Records from a collection:
----

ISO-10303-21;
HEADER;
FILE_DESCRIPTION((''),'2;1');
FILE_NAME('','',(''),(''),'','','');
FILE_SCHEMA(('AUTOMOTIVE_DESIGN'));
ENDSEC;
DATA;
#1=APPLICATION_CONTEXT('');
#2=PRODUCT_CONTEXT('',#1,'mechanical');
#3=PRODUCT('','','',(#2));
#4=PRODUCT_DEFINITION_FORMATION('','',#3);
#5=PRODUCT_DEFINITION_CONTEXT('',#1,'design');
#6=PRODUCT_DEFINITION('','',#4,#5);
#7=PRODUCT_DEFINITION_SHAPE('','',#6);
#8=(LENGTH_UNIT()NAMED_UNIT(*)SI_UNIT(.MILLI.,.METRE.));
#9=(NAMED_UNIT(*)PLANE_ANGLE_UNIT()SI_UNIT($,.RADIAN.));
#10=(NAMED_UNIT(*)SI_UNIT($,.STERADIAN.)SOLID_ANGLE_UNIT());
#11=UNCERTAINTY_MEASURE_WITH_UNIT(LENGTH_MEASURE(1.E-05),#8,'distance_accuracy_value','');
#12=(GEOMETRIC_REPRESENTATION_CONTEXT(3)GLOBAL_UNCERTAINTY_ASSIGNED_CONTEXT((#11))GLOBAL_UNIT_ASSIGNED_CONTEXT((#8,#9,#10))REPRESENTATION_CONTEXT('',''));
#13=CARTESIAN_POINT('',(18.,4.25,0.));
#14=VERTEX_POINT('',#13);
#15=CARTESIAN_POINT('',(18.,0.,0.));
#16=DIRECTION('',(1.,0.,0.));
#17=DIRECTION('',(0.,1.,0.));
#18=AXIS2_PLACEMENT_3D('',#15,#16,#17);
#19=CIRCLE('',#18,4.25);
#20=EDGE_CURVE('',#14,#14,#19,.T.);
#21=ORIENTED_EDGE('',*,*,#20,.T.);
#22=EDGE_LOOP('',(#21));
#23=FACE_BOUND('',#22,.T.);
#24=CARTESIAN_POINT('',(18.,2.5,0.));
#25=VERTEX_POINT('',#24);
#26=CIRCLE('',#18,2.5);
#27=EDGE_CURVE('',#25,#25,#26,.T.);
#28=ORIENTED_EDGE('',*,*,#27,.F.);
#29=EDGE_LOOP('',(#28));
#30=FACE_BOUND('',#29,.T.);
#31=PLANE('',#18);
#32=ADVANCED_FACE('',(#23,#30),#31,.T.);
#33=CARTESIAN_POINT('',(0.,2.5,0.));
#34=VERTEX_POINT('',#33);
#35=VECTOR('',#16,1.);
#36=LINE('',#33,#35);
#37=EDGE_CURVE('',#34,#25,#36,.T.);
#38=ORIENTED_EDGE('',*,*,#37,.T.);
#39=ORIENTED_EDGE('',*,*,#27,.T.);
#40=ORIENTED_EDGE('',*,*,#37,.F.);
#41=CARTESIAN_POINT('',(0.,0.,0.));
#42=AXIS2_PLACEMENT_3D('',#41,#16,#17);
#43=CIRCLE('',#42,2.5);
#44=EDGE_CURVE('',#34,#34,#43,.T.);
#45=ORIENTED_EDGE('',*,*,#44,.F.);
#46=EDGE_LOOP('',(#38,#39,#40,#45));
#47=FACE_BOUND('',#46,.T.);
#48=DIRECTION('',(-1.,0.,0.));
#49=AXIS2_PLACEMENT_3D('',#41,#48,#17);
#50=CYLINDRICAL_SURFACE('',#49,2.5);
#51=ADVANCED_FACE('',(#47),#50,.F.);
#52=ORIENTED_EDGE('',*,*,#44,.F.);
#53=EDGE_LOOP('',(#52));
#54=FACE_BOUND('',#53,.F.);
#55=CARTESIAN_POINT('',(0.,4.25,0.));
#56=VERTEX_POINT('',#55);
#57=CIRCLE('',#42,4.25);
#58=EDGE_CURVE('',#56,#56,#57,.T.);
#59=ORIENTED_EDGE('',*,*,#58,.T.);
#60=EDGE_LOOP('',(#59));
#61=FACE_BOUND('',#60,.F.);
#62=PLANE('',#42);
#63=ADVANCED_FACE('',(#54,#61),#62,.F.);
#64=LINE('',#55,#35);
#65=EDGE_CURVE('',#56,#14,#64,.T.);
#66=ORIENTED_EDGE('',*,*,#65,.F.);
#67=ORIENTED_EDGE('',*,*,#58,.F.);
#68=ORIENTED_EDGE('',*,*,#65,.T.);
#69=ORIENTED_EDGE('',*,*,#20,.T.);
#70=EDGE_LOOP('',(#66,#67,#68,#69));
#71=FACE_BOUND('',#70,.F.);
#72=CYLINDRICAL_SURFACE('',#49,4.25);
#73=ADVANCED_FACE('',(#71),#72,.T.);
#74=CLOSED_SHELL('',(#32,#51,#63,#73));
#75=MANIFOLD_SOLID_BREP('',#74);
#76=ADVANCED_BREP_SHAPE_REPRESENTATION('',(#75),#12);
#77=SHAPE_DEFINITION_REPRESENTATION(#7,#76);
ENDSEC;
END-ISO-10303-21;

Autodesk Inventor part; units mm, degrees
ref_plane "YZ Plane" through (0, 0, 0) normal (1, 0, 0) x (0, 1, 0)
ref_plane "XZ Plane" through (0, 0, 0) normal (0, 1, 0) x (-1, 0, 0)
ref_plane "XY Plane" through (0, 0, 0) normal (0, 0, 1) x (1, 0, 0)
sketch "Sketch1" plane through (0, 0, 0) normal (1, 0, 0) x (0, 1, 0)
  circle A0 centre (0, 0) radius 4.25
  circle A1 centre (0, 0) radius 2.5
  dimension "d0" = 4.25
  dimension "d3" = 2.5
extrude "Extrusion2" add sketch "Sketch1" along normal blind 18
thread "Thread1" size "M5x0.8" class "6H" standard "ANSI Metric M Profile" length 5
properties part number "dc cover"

----

Directions:
All lines from the start of the entries through the line where "#8=(LENGTH_UNIT()NAMED_UNIT(*)SI_UNIT(.MILLI.,.METRE.));" sits should be duplicated exactly, with nothing else in the output.

Exercise response:
ISO-10303-21;
HEADER;
FILE_DESCRIPTION((''),'2;1');
FILE_NAME('','',(''),(''),'','','');
FILE_SCHEMA(('AUTOMOTIVE_DESIGN'));
ENDSEC;
DATA;
#1=APPLICATION_CONTEXT('');
#2=PRODUCT_CONTEXT('',#1,'mechanical');
#3=PRODUCT('','','',(#2));
#4=PRODUCT_DEFINITION_FORMATION('','',#3);
#5=PRODUCT_DEFINITION_CONTEXT('',#1,'design');
#6=PRODUCT_DEFINITION('','',#4,#5);
#7=PRODUCT_DEFINITION_SHAPE('','',#6);
#8=(LENGTH_UNIT()NAMED_UNIT(*)SI_UNIT(.MILLI.,.METRE.));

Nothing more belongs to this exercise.